We described six women who presented with one or more miscarriages. Since FVD miscarriage is rarely reported, our literature review did not show any prior reference [46]. Almost 75 % of our patients with a history of pregnancy experienced recurrent miscarriage, which is a high frequency. Our previous study found that among sixteen women of the control population, only one (6 %) experienced a single miscarriage [9]. Since miscarriage is so rare, we assessed all six patients for antiphospholipid syndrome as well as genetic risks; no evidence of a secondary risk factor was observed. Therefore, we attribute these features to FVD with confidence. Three were sisters in a family whose other members, including two more sisters were unaffected by FVD or miscarriage.
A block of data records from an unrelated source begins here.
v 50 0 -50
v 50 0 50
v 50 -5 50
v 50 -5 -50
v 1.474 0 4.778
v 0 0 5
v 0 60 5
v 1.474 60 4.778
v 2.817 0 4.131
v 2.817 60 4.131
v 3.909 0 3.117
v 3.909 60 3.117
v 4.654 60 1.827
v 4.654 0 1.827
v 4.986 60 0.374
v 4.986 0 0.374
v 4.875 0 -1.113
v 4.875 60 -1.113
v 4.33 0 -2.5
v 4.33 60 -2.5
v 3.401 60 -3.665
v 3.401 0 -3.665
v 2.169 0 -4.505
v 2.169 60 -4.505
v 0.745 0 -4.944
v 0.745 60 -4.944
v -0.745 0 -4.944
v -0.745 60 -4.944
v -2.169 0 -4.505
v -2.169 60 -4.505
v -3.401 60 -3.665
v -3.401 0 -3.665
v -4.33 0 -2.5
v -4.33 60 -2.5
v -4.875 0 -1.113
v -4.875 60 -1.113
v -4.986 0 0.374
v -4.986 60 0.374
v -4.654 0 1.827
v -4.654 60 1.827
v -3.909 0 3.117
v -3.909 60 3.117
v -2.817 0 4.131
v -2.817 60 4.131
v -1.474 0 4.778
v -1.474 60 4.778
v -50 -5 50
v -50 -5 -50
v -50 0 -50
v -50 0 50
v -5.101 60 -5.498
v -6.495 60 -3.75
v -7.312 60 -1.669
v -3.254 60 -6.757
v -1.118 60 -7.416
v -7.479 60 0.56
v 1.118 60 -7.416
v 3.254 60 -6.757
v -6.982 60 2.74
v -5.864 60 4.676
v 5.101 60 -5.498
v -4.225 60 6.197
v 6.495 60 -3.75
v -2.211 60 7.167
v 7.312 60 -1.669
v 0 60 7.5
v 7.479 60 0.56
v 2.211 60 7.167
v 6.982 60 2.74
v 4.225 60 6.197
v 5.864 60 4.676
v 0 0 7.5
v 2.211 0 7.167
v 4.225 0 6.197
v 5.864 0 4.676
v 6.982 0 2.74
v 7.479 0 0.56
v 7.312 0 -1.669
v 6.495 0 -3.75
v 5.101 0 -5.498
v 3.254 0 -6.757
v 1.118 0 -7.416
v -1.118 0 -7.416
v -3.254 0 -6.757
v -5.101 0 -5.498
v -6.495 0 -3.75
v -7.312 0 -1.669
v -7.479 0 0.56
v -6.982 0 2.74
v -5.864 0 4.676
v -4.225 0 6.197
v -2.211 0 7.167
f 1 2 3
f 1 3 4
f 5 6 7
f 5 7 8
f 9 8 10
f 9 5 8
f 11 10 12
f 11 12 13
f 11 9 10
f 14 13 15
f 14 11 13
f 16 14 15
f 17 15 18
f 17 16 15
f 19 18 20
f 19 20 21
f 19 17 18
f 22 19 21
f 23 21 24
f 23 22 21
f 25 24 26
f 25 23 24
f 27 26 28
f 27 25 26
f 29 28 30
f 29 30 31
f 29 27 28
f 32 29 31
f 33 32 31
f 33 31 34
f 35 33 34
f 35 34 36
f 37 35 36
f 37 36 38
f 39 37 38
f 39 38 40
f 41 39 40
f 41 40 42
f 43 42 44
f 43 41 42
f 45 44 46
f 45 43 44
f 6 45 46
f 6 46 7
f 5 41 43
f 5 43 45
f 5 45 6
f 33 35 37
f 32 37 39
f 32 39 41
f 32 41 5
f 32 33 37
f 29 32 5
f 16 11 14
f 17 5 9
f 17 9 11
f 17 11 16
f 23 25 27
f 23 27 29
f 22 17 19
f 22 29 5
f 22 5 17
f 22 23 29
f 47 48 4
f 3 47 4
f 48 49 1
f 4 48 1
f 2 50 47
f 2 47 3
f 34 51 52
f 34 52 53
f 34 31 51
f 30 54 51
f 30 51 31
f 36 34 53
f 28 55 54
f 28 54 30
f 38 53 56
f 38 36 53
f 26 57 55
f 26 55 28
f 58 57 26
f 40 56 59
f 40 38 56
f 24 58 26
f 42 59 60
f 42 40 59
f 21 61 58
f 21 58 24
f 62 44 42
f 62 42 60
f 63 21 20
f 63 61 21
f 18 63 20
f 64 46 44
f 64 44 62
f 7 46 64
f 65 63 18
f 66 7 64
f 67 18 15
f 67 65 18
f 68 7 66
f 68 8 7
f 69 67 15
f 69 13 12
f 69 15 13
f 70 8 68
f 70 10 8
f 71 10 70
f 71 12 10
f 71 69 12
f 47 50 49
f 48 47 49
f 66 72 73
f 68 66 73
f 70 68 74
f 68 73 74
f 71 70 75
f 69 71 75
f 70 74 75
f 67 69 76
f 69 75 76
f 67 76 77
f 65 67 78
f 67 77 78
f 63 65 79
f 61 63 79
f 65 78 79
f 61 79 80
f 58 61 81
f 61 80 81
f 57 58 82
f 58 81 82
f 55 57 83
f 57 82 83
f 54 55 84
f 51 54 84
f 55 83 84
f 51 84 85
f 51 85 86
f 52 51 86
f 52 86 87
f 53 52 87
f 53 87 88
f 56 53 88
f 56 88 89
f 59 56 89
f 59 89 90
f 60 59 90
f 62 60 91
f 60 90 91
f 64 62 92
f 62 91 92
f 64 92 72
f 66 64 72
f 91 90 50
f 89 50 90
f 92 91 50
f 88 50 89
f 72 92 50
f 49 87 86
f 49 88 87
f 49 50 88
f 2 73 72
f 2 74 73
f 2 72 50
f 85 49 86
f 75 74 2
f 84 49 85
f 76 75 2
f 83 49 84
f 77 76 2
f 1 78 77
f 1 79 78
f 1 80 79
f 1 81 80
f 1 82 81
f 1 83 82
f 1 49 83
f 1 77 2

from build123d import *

# Parameters (mm, degrees)
ESBO_O1_W                = 100
ESBO_O1_H                = 100
RESSALTO_EXTRUS_O1_DEPTH = 5
ESBO_O2_R                = 7.5
ESBO_O2_R_2              = 5
RESSALTO_EXTRUS_O2_DEPTH = 60


with BuildPart() as part:
    # Esboço1 → Ressalto-extrusão1 (new body)
    with BuildSketch(Plane(origin=(0, 0, 0), x_dir=(1, 0, 0), z_dir=(0, 1, 0))):
        Rectangle(ESBO_O1_W, ESBO_O1_H)
    extrude(amount=-RESSALTO_EXTRUS_O1_DEPTH)

    # Esboço2 → Ressalto-extrusão2 (add)
    with BuildSketch(Plane(origin=(0, 0, 0), x_dir=(1, 0, 0), z_dir=(0, 1, 0))):
        with Locations(Location((0, 0, 0), (0, 0, 270))):
            Circle(ESBO_O2_R)
        with Locations(Location((0, 0, 0), (0, 0, 270))):
            Circle(ESBO_O2_R_2, mode=Mode.SUBTRACT)
    extrude(amount=RESSALTO_EXTRUS_O2_DEPTH)


solid = part.part
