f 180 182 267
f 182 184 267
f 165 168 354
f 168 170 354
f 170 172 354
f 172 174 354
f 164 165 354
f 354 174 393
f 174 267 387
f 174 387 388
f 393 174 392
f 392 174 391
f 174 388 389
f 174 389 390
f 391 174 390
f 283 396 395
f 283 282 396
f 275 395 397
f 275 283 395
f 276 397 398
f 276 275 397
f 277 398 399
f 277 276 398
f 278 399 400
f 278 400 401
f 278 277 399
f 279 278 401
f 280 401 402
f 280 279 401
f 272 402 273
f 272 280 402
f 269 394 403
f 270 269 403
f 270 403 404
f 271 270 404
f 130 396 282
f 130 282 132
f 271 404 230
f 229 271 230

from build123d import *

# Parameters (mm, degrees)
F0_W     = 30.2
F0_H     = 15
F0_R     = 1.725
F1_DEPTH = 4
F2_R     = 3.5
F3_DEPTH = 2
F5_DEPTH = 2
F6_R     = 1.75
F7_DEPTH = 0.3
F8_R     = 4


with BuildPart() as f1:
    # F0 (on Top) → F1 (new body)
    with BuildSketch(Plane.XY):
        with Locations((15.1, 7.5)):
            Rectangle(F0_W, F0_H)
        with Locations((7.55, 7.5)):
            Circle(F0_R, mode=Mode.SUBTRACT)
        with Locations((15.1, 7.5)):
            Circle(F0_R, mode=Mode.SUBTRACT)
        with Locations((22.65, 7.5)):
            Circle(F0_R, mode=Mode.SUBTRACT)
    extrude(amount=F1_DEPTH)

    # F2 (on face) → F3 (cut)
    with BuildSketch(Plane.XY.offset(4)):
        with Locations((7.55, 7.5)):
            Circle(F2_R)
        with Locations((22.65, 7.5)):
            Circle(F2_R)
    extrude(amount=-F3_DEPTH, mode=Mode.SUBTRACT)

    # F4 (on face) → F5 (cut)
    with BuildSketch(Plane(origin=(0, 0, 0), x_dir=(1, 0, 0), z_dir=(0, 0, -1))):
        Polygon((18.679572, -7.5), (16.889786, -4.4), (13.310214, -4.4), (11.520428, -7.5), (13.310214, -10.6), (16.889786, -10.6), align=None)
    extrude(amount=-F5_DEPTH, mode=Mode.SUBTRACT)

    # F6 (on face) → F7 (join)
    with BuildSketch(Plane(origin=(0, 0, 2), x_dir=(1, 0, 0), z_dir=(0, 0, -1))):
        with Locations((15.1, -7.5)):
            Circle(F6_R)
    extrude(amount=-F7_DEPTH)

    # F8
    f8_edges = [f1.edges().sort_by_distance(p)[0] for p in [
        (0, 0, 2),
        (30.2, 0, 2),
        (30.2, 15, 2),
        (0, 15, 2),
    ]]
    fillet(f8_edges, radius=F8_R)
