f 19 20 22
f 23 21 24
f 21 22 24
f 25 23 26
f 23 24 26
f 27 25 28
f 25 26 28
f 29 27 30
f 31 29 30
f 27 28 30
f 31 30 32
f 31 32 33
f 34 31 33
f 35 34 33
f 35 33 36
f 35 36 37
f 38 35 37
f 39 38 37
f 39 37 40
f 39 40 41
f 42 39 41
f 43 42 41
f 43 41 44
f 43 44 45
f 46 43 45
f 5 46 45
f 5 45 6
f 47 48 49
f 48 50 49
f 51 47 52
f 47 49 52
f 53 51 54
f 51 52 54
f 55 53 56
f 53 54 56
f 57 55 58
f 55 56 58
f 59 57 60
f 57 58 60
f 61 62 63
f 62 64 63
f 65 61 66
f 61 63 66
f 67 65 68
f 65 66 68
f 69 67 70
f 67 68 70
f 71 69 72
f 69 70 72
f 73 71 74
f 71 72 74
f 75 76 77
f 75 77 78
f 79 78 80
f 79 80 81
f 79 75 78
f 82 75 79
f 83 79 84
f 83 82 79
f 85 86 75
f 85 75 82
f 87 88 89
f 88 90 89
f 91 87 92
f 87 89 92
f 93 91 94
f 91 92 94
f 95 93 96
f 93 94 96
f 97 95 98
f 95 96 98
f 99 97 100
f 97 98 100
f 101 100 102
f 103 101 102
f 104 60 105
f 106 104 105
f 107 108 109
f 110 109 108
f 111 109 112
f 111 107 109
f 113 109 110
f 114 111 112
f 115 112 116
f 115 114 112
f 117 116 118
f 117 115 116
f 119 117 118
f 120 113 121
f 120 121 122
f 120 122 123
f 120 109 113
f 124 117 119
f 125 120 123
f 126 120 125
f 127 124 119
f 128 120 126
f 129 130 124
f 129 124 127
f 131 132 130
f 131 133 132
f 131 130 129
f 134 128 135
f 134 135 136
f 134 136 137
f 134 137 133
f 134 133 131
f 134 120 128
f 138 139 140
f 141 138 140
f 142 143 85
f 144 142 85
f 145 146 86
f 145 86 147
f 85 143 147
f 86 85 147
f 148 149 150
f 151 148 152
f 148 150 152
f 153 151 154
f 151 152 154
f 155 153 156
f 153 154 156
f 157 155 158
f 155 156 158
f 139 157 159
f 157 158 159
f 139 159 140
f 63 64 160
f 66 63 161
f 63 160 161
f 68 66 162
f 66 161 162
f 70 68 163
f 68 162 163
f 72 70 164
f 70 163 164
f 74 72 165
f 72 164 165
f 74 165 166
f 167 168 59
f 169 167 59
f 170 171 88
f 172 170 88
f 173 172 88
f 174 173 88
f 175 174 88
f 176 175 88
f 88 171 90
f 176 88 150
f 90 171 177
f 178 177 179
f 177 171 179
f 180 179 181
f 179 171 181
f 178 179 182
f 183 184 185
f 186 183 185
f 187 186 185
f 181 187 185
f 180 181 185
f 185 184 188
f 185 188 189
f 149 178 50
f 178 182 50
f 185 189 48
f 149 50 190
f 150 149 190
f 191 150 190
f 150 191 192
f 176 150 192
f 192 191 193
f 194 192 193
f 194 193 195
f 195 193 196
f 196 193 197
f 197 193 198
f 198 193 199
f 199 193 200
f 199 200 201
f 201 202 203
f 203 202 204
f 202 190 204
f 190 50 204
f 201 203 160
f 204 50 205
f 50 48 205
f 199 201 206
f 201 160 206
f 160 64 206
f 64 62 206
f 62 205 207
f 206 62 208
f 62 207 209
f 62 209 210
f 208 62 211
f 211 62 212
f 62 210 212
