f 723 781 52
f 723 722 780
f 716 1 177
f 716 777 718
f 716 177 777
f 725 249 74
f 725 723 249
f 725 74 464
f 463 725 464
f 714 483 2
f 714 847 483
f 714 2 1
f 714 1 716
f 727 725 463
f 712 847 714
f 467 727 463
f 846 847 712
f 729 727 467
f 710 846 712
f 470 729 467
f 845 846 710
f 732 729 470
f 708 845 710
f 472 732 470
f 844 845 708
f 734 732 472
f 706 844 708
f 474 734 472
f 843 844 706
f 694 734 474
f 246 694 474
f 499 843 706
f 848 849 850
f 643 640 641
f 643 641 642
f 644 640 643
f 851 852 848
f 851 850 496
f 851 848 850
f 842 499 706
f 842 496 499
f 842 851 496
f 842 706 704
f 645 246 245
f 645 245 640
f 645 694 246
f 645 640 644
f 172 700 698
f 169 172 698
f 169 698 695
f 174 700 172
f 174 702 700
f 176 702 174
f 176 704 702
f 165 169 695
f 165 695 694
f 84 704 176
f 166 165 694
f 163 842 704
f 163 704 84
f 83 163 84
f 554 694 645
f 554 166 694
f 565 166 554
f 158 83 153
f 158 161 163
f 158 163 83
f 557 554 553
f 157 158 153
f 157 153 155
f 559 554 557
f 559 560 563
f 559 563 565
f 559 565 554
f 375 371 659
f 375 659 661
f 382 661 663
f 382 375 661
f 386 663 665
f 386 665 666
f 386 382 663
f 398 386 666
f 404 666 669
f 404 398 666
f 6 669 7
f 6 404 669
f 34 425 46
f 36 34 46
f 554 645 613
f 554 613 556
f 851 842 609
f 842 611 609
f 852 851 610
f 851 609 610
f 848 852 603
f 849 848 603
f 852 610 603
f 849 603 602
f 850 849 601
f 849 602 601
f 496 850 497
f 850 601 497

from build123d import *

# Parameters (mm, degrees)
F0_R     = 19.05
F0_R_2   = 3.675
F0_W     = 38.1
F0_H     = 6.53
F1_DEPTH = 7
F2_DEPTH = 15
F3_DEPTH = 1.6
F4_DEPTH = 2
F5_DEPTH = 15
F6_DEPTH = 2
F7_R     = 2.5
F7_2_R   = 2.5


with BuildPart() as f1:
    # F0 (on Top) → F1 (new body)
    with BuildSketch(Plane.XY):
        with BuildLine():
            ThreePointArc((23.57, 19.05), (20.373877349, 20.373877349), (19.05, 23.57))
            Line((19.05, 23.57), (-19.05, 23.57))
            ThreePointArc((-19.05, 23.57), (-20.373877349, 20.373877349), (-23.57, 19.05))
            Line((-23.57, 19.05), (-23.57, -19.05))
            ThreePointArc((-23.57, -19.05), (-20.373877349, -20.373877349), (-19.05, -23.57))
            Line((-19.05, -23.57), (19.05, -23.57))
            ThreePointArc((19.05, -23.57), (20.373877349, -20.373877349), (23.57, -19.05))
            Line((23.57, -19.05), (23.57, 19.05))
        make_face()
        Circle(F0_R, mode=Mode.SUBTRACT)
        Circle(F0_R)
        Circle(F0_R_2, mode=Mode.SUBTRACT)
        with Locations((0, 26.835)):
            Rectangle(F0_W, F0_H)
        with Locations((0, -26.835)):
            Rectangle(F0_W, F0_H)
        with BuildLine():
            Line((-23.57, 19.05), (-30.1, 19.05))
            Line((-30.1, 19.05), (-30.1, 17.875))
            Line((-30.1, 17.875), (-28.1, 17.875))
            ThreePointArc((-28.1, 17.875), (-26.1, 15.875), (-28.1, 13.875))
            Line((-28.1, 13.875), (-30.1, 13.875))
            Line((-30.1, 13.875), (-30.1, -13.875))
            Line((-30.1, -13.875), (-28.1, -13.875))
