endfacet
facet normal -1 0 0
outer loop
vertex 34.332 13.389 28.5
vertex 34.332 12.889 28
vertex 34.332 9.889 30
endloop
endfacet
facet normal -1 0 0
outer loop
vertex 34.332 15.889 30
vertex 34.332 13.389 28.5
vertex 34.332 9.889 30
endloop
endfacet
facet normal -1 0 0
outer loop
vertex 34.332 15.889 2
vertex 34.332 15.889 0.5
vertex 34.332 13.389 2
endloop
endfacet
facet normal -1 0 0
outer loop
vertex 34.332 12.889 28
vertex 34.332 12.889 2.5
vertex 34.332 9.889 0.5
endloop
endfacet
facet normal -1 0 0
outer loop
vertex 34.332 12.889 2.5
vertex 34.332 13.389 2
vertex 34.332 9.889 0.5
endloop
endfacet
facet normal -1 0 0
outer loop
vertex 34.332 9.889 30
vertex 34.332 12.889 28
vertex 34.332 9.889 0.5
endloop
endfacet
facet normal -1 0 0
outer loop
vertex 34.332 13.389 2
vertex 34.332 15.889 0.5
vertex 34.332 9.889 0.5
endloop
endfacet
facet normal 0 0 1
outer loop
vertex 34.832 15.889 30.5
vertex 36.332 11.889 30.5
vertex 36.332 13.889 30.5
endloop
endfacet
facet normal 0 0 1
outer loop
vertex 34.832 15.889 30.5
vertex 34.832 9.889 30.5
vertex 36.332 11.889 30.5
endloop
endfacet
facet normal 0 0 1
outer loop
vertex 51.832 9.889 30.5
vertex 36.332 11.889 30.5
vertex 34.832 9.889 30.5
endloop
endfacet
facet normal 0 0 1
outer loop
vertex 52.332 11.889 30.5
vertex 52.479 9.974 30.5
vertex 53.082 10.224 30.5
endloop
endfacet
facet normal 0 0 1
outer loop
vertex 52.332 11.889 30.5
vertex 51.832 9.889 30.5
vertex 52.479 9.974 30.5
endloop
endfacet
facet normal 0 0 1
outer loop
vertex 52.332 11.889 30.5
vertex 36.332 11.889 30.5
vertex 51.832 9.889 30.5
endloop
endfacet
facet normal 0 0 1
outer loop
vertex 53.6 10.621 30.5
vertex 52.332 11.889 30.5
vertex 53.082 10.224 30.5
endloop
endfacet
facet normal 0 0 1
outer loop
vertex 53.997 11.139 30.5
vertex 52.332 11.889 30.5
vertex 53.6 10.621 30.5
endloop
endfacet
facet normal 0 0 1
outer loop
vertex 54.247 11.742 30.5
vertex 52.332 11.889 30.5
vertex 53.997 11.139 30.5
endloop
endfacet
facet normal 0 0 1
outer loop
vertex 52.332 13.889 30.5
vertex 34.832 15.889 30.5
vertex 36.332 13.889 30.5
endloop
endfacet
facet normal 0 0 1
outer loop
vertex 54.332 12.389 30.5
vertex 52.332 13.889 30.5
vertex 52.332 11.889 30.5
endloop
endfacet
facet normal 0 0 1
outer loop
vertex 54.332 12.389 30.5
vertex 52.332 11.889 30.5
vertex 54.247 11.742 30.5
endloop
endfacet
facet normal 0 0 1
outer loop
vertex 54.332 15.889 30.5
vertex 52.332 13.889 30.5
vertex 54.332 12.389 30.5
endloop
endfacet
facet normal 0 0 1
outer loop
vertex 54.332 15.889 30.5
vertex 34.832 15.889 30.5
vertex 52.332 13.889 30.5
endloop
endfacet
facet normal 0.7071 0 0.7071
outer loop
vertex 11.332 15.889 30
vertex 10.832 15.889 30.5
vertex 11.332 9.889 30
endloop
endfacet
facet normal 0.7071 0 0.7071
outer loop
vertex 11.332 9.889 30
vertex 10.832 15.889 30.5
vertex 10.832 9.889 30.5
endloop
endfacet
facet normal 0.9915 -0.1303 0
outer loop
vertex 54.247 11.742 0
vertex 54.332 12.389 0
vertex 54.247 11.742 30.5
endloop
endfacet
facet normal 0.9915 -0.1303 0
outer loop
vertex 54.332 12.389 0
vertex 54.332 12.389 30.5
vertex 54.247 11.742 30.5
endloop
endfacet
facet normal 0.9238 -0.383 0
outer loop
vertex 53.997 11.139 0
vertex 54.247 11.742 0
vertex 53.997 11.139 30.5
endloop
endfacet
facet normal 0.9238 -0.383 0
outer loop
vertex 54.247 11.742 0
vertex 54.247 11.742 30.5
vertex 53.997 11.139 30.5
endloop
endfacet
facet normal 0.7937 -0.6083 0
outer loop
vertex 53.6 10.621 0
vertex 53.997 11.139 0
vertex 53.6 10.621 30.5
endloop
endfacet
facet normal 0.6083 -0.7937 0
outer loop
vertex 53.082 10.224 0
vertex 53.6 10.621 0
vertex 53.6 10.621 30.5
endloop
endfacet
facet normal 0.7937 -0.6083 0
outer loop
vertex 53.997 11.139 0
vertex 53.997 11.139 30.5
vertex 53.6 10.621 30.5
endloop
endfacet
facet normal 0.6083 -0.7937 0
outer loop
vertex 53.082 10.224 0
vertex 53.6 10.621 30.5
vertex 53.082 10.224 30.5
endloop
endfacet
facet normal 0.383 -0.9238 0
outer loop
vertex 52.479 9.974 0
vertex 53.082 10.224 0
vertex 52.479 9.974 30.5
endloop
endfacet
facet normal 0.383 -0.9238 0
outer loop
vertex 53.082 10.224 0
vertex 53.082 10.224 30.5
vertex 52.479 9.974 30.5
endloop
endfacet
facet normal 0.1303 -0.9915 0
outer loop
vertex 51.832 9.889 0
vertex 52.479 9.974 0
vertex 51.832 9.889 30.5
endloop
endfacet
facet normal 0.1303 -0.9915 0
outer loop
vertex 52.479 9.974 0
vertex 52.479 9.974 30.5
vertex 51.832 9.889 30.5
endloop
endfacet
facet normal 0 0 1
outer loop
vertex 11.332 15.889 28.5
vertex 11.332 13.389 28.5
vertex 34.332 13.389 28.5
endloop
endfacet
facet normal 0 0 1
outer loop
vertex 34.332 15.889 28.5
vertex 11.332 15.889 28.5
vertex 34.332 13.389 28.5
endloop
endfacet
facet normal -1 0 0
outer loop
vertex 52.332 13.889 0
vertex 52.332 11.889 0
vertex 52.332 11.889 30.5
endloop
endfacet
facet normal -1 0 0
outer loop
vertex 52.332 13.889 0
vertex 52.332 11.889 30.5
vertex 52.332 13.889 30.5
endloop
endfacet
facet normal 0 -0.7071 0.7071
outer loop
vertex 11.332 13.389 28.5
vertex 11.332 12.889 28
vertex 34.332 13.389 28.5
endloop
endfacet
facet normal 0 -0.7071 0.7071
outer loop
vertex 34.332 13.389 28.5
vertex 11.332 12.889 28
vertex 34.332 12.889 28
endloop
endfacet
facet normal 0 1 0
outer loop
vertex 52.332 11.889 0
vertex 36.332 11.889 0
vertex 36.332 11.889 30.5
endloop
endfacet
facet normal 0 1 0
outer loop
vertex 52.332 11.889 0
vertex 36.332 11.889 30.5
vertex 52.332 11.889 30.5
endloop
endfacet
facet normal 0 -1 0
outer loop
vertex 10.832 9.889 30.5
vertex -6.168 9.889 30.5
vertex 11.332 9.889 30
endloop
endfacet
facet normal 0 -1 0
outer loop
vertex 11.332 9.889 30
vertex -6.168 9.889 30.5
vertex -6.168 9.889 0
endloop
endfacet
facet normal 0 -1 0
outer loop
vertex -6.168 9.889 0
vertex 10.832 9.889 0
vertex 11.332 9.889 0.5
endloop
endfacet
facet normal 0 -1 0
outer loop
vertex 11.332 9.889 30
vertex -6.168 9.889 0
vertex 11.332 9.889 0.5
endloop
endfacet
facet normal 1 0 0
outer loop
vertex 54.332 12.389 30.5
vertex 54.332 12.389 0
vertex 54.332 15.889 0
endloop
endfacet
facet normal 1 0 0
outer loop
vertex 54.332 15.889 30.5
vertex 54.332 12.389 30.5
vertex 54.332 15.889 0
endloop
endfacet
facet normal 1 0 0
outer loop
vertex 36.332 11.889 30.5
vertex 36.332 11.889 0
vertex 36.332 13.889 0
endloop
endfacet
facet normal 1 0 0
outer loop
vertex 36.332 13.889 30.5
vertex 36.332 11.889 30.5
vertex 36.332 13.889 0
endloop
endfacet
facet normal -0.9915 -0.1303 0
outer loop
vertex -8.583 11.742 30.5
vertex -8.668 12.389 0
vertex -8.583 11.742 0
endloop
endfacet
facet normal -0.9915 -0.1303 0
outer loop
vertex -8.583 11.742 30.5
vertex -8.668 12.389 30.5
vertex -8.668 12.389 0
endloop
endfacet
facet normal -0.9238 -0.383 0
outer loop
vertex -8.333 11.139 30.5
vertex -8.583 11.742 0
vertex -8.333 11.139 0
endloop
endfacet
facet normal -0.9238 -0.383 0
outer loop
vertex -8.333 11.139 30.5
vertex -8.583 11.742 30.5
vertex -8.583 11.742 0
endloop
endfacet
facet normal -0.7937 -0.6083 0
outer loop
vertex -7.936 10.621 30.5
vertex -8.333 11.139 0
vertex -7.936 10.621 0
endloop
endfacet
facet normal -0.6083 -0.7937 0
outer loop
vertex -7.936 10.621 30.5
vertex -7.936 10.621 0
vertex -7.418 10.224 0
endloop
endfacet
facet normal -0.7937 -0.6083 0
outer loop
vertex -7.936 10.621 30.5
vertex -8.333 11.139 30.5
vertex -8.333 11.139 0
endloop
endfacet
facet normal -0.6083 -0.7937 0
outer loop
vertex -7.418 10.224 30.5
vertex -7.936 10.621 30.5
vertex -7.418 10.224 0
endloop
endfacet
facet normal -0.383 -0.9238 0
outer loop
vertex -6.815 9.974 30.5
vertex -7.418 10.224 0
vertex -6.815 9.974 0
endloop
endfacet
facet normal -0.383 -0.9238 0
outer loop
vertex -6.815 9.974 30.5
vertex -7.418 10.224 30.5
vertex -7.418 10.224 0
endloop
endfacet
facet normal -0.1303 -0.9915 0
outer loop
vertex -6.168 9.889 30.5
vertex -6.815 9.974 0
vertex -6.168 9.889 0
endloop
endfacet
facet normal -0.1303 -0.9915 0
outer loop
While recurrent miscarriage is not rare, it is a hallmark of factor XIII deficiency [1011]. However, this clinical presentation can lead to misdiagnosis in a patient with FVD as observed in our study [12]. The woman with eight miscarriages was referred to a gynecologist who diagnosed her as having idiopathic miscarriage. This caused the patient not to visit a hematologist. Only a bleeding episode led to a referral to a hematologist and the diagnosis of FVD. In fact, miscarriage in patients with RBDs is an alarm for physicians, who should consider it as a presentation of the deficiency. With greater awareness, the rate of miscarriage and related morbidity and mortality may abate [11].

Six of eight women who had one or more miscarriages suggest that FVD should always be considered as a possible cause. An appropriate treatment strategy can result in successful delivery in such patients. Several recent studies provided valuable data [68]. The 2006 study conducted by Sanne Velllinge reported a case of homozygous FVD who with adequate prophylactic therapy, delivered a healthy baby [6]. Girolami et al. in a similar study, reported 22 cases (five homozygous and 17 heterozygous) in which administration of fresh frozen plasma yielded an excellent fetal outcome [7]. Connel et al. reported a case with severe FVD that had a successful delivery [13]. In regard to the relatively high rate of FVD, and concomitant rate of miscarriage in Sistan and Baluchestan Province, early diagnosis is crucial to decrease the rate of morbidity and mortality in this cohort. Previous studies on the patients with factor XIII deficiency in this province demonstrated that molecular diagnosis is a reliable and simple method for early diagnosis, carrier detection and prenatal diagnosis; this step can be used equally for patients with FVD to enable them to deliver healthy offspring [14].